By Frank Passic
LIME LAKE HISTORY, Part 2
We continue our article about Lime Lake in Spring Arbor, as printed in the Albion Evening Recorder, July 9, 1919 pg. 2 in an article entitled “Albion Man Discovered Valuable Marl Beds.”
“The work of development went forward. Spurs were put in from the MCRR Air Line that ran between the two lakes. Boarding houses were built for the workers who themselves were building barges that carry four freight cars each out into the lake to receive their loads of marl out of the marshy shore. Dredges went steaming and fussing up and down the edge devouring the land in great chunks like a small boy biting into his cookie.
This has been going on for more than a decade. Each day but the Sabbath from March to November, sees 18 carloads of marl sent over the road to the Union City factory. Two great lakes now meet the eye where mere ponds were before. These are very deep and hence a beautiful blue. Fed by immense springs, they are always fresh and afford good fishing. In some places no bottom to the marl beds can be found, and the owners estimate that the supply will not be exhausted in 100 years. So pure and white is the product that chunks dropped from the freshly loaded cars look like chunks of lime; the cars are white-washed by it and the track all the way to Union City.

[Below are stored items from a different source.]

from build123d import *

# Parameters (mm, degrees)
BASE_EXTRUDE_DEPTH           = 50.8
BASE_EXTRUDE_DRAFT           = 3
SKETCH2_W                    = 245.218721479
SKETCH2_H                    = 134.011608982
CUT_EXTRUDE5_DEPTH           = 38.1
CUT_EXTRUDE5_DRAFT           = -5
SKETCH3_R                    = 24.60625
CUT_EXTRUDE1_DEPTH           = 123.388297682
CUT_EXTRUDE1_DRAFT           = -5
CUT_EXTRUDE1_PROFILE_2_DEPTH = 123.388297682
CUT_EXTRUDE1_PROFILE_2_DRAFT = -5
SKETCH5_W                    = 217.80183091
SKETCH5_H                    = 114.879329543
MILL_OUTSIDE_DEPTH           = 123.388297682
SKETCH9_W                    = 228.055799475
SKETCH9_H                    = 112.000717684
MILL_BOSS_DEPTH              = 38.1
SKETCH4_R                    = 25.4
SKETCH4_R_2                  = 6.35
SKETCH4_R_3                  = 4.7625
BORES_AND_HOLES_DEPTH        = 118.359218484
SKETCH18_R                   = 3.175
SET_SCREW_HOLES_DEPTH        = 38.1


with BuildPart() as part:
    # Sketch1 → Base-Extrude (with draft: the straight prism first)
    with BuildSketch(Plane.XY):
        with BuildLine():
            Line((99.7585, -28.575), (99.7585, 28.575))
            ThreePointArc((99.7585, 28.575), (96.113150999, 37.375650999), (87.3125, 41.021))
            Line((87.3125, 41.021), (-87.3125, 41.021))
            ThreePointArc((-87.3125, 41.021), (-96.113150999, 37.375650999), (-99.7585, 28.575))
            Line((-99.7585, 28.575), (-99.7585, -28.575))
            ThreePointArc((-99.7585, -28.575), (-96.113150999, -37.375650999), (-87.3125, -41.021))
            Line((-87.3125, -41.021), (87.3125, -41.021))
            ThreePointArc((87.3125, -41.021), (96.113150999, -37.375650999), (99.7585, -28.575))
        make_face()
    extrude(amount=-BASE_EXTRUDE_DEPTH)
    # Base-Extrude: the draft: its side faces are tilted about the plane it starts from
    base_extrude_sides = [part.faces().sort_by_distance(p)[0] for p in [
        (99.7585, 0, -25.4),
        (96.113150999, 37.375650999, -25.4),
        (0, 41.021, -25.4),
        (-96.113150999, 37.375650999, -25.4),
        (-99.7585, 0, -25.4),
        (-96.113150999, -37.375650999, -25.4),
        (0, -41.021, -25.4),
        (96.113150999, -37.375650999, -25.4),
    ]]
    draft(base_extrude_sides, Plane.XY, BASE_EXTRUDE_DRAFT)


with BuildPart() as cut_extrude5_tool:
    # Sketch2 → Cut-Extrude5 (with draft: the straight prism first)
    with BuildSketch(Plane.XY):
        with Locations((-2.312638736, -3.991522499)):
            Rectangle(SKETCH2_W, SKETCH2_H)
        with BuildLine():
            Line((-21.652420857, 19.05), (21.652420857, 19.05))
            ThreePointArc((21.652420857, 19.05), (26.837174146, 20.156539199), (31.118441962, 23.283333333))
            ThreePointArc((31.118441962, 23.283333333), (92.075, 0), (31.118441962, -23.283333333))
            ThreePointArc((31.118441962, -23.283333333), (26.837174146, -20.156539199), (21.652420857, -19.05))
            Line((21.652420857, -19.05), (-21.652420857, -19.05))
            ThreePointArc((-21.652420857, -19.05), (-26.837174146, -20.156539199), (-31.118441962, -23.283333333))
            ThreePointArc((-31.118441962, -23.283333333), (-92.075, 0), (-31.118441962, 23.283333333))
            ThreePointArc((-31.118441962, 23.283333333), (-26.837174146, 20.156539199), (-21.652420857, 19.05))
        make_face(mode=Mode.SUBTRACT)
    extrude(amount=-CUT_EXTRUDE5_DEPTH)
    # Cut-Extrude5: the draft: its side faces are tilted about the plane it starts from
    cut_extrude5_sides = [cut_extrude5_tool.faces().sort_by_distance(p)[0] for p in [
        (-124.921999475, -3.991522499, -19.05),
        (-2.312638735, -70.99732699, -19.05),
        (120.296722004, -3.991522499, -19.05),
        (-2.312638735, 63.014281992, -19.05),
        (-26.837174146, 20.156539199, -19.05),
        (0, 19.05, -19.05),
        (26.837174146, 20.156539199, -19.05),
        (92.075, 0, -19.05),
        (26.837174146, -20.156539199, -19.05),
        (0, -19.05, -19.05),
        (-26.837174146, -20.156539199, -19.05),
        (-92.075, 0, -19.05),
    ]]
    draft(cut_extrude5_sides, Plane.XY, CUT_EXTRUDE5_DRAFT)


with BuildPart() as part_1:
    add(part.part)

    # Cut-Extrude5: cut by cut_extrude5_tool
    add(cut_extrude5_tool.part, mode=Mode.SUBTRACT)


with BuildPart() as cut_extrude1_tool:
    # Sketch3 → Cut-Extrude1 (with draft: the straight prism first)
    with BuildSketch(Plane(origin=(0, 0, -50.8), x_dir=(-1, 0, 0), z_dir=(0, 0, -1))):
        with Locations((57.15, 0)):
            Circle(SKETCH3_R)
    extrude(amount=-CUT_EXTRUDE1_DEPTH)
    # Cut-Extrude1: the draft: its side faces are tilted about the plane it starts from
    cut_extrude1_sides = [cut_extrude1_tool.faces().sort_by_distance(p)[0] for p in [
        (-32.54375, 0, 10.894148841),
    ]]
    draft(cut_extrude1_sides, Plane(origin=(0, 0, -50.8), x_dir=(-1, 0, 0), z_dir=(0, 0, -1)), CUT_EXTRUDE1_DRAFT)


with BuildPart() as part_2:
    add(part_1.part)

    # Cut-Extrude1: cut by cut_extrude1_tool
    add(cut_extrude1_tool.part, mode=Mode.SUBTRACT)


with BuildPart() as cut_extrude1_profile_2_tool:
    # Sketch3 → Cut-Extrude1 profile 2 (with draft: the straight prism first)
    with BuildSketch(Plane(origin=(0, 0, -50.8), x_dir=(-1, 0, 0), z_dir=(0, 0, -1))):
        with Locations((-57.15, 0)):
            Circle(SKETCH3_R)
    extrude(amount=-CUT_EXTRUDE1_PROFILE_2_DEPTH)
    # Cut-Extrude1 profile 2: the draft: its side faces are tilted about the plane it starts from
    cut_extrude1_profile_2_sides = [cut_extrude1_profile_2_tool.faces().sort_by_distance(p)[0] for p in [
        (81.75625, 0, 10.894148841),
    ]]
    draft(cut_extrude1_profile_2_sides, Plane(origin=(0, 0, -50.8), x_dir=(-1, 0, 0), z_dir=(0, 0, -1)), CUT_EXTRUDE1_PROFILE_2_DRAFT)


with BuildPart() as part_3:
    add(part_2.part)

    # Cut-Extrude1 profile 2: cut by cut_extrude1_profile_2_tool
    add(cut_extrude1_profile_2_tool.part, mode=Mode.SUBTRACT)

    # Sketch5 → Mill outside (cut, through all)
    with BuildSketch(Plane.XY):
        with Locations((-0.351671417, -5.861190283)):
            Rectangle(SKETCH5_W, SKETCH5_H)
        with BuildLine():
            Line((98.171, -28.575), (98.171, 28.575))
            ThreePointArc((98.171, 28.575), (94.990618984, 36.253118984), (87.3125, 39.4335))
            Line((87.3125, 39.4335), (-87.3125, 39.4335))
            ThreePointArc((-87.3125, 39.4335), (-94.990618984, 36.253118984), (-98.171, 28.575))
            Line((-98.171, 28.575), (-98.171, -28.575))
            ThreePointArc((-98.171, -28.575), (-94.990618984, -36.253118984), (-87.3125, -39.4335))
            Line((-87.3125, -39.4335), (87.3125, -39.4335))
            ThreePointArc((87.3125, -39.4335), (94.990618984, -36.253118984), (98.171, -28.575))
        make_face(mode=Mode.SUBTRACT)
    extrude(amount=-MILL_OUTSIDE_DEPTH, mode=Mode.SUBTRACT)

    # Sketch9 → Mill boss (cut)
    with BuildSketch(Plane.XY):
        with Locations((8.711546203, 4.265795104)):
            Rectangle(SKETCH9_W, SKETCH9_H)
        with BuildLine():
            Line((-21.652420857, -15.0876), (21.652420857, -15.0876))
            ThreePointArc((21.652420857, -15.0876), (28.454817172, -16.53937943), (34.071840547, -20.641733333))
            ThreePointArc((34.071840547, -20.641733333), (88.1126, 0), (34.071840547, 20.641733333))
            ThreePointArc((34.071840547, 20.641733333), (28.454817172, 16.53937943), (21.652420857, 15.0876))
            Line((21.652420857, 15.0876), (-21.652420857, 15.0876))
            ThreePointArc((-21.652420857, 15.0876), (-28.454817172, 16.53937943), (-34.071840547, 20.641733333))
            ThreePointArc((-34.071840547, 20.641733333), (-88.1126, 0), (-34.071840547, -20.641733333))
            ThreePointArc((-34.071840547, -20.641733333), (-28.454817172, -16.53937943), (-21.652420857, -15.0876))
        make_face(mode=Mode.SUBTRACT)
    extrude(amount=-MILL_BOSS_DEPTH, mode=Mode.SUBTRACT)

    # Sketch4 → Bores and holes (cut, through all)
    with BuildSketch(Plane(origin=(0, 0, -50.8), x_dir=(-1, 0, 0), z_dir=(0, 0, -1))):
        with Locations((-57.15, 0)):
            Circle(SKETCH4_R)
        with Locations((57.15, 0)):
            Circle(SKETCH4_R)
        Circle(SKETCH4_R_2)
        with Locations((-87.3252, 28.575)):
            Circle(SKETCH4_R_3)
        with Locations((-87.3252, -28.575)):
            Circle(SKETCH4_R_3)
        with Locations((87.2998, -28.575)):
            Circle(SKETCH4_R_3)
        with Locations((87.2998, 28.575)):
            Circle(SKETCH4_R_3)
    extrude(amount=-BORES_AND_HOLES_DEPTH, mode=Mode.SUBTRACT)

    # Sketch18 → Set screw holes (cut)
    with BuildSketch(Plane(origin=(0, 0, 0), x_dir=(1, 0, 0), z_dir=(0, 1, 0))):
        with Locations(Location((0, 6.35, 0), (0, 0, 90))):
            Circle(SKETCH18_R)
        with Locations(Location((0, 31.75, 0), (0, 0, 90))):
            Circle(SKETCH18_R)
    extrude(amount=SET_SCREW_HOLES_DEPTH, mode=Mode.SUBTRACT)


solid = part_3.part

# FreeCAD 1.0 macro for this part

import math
import FreeCAD as App
import Part
import Sketcher
Q = App.Units.Quantity


def faces_at(feature, points):
    """Names of the faces that lie closest to the given points."""
    faces = feature.Shape.Faces
    near = lambda p: min(range(len(faces)), key=lambda i: faces[i].distToShape(Part.Vertex(*p))[0])
    return sorted({f"Face{near(p) + 1}" for p in points})


def add_polygon(sketch, points):
    """Adds a closed chain of lines whose ends are joined by coincident constraints."""
    first, n = sketch.GeometryCount, len(points)
    for a, b in zip(points, points[1:] + points[:1]):
        sketch.addGeometry(Part.LineSegment(App.Vector(*a, 0), App.Vector(*b, 0)), False)
    for i in range(n):
        sketch.addConstraint(Sketcher.Constraint("Coincident", first + i, 2, first + (i + 1) % n, 1))

doc = App.newDocument("Part")
params = doc.addObject("Spreadsheet::Sheet", "Params")
for row, (alias, value) in enumerate([
    ("sketch1_radius", "0.49 in"),
    ("sketch1_height", "2.25 in"),
    ("sketch1_width", "6.875 in"),
    ("pad1_length", "2 in"),
    ("draft_angle", "3 deg"),
    ("sketch2_radius", "0.5 in"),
    ("sketch2_radius2", "1.375 in"),
    ("pad2_length", "1.5 in"),
    ("draft2_angle", "5 deg"),
    ("sketch3_diameter", "1.9375 in"),
    ("pad3_length", "123.388298 mm"),
    ("draft3_angle", "5 deg"),
    ("sketch4_diameter", "1.9375 in"),
    ("pad4_length", "123.388298 mm"),
    ("draft4_angle", "5 deg"),
    ("sketch5_height", "2.25 in"),
    ("sketch5_width", "6.875 in"),
    ("sketch6_radius", "0.656 in"),
    ("sketch6_radius2", "1.219 in"),
    ("pocket2_length", "1.5 in"),
    ("sketch7_diameter", "2 in"),
    ("sketch7_diameter2", "0.5 in"),
    ("sketch7_diameter3", "0.375 in"),
    ("sketch8_diameter", "0.25 in"),
    ("pocket4_length", "1.5 in"),
], start=1):
    params.set(f"A{row}", alias)
    params.set(f"B{row}", "=" + value)
    params.setAlias(f"B{row}", alias)

body = doc.addObject("PartDesign::Body", "Body")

The article concludes: “And in that city are factories converting this gift of nature into material for builders to use, all because there were some Albion men with a vision and enough ambition and enthusiasm to make it practical.” I wish we knew who those Albion men were.
Mining was discontinued in August, 1929. The Spring Arbor history states, (Pg. 64) “The closing came about because they were forced to burn so much coal to drive the water out of the marl that they could not compete with plants using lime rock.”
Today, Lime Lake is a popular recreational lake, used for boating, kayaking, fishing, and walking along the adjacent Falling Waters Trail (FWT). Now over a century later, there are still underwater evidences of mining operations at Lime Lake, in the form of marl walls, pillars, “mountains,” and formations of all shapes and sizes. The contour has been described as “a coral reef without the coral.” This has attracted the attention of Michigan (and beyond) scuba divers as a popular dive site. The depth reaches up to 33 feet.
In 2012, divers from the Divers Mast Scuba shop club in Jackson prepared a “nook” of land along the FWT at Lime Lake for use as a scuba diving launch site. After permits were obtained and donations raised, a heavy tarp measuring 15 wide by 40 feet long was installed in the water. It was topped with pea stone to prevent divers from sinking in the muck as they walked out to the drop-off. During the clean-up/preparation day on August 18, 2012, over a truckload of metal debris was pulled from the water. In addition, a walking path was prepared beginning from the nearby small parking lot to the dive site just south of the FWT. That path was later upgraded and paved by Spring Arbor Township for the installation of their walking trail which now joins the FWT at that point.
Lime Lake has since become a popular Michigan scuba diving site, as its unique underwater contour and better visibility have given the lake an attractive reputation in the Midwest diving community. There have already been two write-ups about this dive site in national diving periodicals. In addition to diving the site, divers also eat at nearby restaurants and patronize other local businesses while they are in town. It is a win-win situation. Concluding this series, from our Historical Notebook this week we present a photograph of volunteers from Diver’s Mast preparing the dive site at Lime Lake on August 18, 2012. Also illustrated is a June 29, 2025 photo showing part of the underwater “Gnome Village” located on a marl mountain. This is just one of numerous attractions in the lake designed especially for divers. Contact your local dive shop if you are interested in scuba diving lessons. How many of our readers have ever been to Lime Lake?